HOW TO COMPLETE THIS TASK. Starting at the first line of the listing below and ending at the line with "f 316 249 188", copy each line exactly.

------------------------

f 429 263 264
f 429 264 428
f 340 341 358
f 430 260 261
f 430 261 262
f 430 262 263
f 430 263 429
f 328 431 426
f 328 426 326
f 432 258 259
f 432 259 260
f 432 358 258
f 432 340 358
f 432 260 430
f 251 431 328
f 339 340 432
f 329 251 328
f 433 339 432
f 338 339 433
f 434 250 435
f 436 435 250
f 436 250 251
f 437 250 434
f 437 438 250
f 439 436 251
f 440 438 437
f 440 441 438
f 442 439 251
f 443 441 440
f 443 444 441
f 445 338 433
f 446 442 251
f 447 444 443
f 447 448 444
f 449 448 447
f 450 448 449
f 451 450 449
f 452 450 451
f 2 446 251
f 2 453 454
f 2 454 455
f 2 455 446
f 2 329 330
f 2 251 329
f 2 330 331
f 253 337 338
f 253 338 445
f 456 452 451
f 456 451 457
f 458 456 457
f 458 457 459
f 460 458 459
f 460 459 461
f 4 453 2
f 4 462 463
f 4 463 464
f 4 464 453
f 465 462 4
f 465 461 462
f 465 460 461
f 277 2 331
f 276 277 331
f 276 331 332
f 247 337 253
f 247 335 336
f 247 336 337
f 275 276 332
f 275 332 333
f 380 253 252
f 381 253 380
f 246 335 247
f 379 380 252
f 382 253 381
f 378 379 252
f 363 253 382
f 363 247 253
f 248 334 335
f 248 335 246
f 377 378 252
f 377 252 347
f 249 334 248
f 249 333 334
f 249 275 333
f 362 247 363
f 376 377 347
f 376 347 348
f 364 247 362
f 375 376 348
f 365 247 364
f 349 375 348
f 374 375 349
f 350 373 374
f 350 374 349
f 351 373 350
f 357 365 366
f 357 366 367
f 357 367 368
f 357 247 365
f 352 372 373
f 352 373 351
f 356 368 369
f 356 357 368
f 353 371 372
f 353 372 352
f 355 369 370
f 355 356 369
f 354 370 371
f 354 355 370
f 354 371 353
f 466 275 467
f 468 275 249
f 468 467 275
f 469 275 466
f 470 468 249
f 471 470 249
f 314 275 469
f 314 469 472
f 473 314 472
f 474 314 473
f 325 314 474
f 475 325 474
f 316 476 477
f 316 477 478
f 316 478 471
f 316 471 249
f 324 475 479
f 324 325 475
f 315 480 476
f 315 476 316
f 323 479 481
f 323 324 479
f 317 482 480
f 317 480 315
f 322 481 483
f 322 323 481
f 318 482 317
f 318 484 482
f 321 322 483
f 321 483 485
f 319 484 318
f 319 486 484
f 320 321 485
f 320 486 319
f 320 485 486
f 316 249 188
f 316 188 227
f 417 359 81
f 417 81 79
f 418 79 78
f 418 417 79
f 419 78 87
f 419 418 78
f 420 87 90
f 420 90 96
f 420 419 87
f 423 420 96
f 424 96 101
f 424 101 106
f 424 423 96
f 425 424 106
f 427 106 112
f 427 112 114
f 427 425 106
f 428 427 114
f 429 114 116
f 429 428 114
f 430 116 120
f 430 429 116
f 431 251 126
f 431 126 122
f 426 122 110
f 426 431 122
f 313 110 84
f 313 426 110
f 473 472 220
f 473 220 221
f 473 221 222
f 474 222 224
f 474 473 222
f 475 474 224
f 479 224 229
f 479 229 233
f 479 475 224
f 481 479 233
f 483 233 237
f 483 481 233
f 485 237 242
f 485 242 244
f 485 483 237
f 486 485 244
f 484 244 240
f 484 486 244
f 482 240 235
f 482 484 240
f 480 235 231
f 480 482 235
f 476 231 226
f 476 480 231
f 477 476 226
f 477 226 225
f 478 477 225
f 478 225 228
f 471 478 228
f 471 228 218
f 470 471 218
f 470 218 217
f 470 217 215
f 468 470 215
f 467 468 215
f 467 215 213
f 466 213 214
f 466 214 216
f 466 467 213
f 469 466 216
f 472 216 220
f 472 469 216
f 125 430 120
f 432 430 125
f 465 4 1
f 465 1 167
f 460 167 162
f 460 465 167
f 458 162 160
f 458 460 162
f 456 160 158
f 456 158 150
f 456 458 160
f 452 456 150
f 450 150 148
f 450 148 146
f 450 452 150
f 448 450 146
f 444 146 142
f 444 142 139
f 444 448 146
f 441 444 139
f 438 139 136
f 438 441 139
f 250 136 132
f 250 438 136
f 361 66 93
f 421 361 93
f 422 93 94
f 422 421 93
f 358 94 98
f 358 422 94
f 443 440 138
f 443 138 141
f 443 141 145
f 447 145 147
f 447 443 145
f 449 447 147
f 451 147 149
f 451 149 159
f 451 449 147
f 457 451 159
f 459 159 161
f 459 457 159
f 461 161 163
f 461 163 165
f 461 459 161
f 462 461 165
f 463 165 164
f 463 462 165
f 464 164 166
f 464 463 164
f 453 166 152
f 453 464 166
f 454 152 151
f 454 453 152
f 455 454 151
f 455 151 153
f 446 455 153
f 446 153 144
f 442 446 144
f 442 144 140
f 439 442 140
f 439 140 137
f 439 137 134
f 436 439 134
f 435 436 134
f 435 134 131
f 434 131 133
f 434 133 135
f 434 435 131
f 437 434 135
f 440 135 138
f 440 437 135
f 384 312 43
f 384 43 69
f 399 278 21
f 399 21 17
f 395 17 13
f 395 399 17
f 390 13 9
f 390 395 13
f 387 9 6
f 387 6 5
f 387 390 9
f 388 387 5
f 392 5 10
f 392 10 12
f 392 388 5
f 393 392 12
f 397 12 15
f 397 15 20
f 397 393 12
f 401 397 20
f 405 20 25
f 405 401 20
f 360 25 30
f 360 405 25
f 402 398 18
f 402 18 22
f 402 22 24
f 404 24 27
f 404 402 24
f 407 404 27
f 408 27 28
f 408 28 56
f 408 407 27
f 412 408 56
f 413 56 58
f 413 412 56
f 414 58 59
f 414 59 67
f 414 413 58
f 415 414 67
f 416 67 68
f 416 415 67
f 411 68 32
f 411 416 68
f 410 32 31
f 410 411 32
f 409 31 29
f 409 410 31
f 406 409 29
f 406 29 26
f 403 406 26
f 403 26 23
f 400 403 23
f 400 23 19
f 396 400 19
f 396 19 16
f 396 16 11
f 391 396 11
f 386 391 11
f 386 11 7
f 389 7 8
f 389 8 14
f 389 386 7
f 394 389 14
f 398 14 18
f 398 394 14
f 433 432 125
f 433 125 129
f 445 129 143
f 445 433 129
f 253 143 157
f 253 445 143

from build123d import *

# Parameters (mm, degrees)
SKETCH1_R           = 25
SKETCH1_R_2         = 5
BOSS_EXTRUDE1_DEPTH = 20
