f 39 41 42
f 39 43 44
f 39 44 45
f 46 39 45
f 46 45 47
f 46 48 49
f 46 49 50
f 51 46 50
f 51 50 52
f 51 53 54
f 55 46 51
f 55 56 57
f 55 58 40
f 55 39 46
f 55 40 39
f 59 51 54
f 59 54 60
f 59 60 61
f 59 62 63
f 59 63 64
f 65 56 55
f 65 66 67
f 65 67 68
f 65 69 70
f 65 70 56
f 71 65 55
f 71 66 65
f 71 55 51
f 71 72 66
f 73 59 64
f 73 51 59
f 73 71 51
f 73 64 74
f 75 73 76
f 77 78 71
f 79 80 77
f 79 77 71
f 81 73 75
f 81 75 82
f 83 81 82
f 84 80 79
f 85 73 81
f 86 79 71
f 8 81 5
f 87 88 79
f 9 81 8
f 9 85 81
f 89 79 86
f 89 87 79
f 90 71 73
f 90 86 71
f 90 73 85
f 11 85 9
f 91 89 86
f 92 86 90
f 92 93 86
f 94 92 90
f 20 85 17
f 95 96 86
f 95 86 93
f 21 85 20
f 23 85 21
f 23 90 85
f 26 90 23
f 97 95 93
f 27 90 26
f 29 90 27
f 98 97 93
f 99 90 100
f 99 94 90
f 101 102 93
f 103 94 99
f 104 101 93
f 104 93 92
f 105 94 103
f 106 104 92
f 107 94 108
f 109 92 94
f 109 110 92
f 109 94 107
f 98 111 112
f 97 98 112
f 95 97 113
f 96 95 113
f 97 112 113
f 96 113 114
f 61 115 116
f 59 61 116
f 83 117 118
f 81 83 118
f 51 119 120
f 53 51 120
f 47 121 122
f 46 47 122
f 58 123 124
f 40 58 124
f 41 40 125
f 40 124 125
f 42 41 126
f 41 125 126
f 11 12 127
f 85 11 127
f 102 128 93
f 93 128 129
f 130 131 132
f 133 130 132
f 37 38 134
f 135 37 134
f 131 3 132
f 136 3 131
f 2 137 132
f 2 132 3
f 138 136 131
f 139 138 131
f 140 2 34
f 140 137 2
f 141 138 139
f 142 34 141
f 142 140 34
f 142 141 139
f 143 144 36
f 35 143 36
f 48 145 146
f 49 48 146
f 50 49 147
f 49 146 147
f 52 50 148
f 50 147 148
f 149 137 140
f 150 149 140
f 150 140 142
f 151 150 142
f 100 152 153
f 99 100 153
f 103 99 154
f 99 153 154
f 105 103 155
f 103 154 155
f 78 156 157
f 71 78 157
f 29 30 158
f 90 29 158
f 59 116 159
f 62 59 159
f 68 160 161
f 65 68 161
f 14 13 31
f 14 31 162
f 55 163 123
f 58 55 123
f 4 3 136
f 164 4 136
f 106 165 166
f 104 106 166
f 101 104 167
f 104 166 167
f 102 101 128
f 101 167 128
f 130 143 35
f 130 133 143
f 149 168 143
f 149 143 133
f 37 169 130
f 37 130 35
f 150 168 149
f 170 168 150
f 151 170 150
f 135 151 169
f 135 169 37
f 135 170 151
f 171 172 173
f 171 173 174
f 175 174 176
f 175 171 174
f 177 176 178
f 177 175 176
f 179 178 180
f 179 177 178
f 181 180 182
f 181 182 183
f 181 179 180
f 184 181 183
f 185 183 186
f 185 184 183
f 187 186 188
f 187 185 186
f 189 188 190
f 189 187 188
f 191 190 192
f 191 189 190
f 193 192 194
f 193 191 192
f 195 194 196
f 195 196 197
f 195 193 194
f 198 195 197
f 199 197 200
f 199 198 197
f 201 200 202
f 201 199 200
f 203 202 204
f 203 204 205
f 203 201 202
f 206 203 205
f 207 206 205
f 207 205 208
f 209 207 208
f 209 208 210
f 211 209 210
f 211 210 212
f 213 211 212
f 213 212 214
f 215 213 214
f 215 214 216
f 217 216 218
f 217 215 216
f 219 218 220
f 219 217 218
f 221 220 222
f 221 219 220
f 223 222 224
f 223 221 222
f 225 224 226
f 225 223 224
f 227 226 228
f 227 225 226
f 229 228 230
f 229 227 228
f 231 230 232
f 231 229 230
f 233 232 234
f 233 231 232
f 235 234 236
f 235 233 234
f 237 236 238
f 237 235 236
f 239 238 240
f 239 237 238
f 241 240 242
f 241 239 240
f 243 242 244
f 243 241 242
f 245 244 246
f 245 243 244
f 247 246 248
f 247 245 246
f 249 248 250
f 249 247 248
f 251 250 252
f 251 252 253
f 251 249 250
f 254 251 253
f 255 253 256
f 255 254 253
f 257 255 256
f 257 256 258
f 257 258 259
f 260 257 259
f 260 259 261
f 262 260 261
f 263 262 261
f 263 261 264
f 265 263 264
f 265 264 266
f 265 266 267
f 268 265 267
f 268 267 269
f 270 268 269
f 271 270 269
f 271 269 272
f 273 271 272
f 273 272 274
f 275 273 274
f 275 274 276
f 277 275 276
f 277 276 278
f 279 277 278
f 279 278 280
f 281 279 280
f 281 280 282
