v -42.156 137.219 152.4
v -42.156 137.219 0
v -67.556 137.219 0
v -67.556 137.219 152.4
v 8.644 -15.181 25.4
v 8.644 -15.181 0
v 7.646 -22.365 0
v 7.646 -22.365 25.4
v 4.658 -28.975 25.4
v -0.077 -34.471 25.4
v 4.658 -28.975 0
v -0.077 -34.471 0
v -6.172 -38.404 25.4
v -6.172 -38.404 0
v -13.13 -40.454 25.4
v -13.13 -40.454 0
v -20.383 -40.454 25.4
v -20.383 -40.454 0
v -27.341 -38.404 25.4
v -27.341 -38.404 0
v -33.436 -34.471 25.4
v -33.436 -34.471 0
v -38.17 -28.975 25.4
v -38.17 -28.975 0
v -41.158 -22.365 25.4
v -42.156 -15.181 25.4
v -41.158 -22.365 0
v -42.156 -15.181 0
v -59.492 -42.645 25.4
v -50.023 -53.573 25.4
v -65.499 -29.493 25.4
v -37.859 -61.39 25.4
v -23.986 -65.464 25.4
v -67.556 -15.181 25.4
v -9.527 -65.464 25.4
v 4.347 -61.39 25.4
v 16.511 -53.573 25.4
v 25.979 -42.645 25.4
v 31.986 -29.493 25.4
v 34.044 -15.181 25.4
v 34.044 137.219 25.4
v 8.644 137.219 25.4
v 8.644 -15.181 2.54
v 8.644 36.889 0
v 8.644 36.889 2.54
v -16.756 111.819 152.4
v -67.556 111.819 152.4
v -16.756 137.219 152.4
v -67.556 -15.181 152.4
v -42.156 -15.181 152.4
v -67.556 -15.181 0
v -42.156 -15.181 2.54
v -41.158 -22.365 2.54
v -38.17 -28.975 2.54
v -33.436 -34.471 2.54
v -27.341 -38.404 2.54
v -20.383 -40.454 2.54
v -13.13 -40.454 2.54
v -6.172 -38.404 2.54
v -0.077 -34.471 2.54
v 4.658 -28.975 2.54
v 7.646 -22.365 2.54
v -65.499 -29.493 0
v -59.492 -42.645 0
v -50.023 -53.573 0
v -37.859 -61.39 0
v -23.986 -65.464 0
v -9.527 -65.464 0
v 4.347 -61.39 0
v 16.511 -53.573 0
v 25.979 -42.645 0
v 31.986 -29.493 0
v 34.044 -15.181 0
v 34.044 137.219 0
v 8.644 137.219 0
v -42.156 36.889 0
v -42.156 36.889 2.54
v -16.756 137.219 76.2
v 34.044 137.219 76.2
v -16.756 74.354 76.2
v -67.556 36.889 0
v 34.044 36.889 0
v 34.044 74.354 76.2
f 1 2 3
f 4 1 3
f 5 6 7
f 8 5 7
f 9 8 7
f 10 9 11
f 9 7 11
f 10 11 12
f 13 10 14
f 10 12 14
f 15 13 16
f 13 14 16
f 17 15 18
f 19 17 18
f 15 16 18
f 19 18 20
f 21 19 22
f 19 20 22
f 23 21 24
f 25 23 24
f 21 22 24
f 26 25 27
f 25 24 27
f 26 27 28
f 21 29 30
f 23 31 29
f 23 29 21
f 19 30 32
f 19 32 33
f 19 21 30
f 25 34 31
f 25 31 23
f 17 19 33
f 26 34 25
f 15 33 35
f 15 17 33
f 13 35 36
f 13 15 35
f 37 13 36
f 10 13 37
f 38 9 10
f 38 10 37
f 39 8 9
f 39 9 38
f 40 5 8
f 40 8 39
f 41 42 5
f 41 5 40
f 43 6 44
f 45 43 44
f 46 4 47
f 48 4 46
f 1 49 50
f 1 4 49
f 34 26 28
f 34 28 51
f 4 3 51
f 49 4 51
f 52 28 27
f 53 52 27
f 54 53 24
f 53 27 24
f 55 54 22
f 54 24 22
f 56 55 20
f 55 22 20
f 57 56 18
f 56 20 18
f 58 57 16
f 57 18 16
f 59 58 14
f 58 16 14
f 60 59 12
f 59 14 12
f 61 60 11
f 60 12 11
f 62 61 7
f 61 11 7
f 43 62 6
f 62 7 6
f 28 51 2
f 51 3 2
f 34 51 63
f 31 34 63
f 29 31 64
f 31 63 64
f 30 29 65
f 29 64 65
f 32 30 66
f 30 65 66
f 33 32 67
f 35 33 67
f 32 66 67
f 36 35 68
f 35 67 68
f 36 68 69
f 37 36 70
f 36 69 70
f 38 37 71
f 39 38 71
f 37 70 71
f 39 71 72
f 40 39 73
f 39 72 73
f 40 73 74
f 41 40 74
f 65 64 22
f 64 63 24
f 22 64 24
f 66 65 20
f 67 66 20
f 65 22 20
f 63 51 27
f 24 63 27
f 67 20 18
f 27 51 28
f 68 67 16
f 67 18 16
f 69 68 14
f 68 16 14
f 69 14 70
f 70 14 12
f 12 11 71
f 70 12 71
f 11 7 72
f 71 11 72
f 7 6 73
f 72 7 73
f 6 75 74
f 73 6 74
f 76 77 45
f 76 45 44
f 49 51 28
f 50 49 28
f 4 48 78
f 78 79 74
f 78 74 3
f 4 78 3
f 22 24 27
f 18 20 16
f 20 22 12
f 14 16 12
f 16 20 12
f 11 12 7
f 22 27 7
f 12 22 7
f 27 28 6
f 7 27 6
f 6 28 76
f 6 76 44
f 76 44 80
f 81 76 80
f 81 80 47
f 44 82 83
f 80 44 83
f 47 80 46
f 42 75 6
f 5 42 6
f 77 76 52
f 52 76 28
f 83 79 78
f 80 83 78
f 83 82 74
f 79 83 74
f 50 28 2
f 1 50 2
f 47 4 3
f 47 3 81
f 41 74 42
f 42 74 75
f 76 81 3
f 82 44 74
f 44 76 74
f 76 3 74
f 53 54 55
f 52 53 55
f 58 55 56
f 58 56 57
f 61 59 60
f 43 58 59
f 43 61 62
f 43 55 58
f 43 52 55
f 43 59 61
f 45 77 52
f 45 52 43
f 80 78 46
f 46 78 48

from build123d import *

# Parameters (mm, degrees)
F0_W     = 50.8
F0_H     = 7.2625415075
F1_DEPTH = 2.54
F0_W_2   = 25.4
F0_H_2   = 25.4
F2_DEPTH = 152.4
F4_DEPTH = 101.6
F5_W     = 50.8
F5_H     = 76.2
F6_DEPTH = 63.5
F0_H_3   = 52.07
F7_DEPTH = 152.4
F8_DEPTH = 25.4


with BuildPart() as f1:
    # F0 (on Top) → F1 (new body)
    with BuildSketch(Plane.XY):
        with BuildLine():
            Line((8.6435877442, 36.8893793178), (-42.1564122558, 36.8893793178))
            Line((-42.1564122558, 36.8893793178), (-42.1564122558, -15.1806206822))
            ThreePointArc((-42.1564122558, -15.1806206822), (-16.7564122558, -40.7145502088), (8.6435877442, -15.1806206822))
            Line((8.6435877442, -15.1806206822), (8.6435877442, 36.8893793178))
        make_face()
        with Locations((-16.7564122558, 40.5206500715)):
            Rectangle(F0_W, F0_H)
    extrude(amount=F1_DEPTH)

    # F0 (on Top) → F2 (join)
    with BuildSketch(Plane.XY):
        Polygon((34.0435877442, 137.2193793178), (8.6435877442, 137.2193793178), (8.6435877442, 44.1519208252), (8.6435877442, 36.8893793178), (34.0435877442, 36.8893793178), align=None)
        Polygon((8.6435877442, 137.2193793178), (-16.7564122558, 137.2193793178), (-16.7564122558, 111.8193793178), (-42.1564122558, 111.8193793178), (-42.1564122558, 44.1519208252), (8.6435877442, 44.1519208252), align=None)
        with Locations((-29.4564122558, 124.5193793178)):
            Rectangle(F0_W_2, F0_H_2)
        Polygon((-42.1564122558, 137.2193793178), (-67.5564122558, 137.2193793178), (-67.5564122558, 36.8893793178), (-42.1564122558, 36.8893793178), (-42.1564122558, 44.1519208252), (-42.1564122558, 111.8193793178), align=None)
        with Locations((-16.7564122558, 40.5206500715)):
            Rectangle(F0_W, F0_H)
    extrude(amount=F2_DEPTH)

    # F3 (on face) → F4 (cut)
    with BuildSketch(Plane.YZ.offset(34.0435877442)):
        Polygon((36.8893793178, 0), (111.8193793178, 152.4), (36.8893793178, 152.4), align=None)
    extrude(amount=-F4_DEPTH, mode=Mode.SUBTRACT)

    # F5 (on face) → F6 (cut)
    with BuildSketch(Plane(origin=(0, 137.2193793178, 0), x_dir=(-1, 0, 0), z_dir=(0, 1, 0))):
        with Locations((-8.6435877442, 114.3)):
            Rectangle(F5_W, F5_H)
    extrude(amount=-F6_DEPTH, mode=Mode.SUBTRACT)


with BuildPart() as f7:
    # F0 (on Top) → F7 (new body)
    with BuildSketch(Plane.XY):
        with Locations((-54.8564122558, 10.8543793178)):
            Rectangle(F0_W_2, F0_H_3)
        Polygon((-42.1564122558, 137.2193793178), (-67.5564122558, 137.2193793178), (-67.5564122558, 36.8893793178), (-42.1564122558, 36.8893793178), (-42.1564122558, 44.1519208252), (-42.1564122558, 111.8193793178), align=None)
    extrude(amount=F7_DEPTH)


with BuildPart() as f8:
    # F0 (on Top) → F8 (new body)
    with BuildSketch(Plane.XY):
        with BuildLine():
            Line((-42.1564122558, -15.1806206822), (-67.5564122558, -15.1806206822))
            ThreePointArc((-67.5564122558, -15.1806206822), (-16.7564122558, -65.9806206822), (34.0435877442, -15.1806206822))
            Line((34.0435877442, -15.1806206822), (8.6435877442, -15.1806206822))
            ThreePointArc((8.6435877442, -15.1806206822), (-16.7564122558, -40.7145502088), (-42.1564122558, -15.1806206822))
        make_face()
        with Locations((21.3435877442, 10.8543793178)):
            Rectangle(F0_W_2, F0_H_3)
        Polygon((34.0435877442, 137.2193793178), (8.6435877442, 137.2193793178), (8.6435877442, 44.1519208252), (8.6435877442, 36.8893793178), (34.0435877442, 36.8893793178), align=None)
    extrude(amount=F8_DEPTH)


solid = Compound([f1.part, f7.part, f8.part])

------------------------

EXERCISE SOLUTION.
f 429 263 264
f 429 264 428
f 340 341 358
f 430 260 261
f 430 261 262
f 430 262 263
f 430 263 429
f 328 431 426
f 328 426 326
f 432 258 259
f 432 259 260
f 432 358 258
f 432 340 358
f 432 260 430
f 251 431 328
f 339 340 432
f 329 251 328
f 433 339 432
f 338 339 433
f 434 250 435
f 436 435 250
f 436 250 251
f 437 250 434
f 437 438 250
f 439 436 251
f 440 438 437
f 440 441 438
f 442 439 251
f 443 441 440
f 443 444 441
f 445 338 433
f 446 442 251
f 447 444 443
f 447 448 444
f 449 448 447
f 450 448 449
f 451 450 449
f 452 450 451
f 2 446 251
f 2 453 454
f 2 454 455
f 2 455 446
f 2 329 330
f 2 251 329
f 2 330 331
f 253 337 338
f 253 338 445
f 456 452 451
f 456 451 457
f 458 456 457
f 458 457 459
f 460 458 459
f 460 459 461
f 4 453 2
f 4 462 463
f 4 463 464
f 4 464 453
f 465 462 4
f 465 461 462
f 465 460 461
f 277 2 331
f 276 277 331
f 276 331 332
f 247 337 253
f 247 335 336
f 247 336 337
f 275 276 332
f 275 332 333
f 380 253 252
f 381 253 380
f 246 335 247
f 379 380 252
f 382 253 381
f 378 379 252
f 363 253 382
f 363 247 253
f 248 334 335
f 248 335 246
f 377 378 252
f 377 252 347
f 249 334 248
f 249 333 334
f 249 275 333
f 362 247 363
f 376 377 347
f 376 347 348
f 364 247 362
f 375 376 348
f 365 247 364
f 349 375 348
f 374 375 349
f 350 373 374
f 350 374 349
f 351 373 350
f 357 365 366
f 357 366 367
f 357 367 368
f 357 247 365
f 352 372 373
f 352 373 351
f 356 368 369
f 356 357 368
f 353 371 372
f 353 372 352
f 355 369 370
f 355 356 369
f 354 370 371
f 354 355 370
f 354 371 353
f 466 275 467
f 468 275 249
f 468 467 275
f 469 275 466
f 470 468 249
f 471 470 249
f 314 275 469
f 314 469 472
f 473 314 472
f 474 314 473
f 325 314 474
f 475 325 474
f 316 476 477
f 316 477 478
f 316 478 471
f 316 471 249
f 324 475 479
f 324 325 475
f 315 480 476
f 315 476 316
f 323 479 481
f 323 324 479
f 317 482 480
f 317 480 315
f 322 481 483
f 322 323 481
f 318 482 317
f 318 484 482
f 321 322 483
f 321 483 485
f 319 484 318
f 319 486 484
f 320 321 485
f 320 486 319
f 320 485 486
f 316 249 188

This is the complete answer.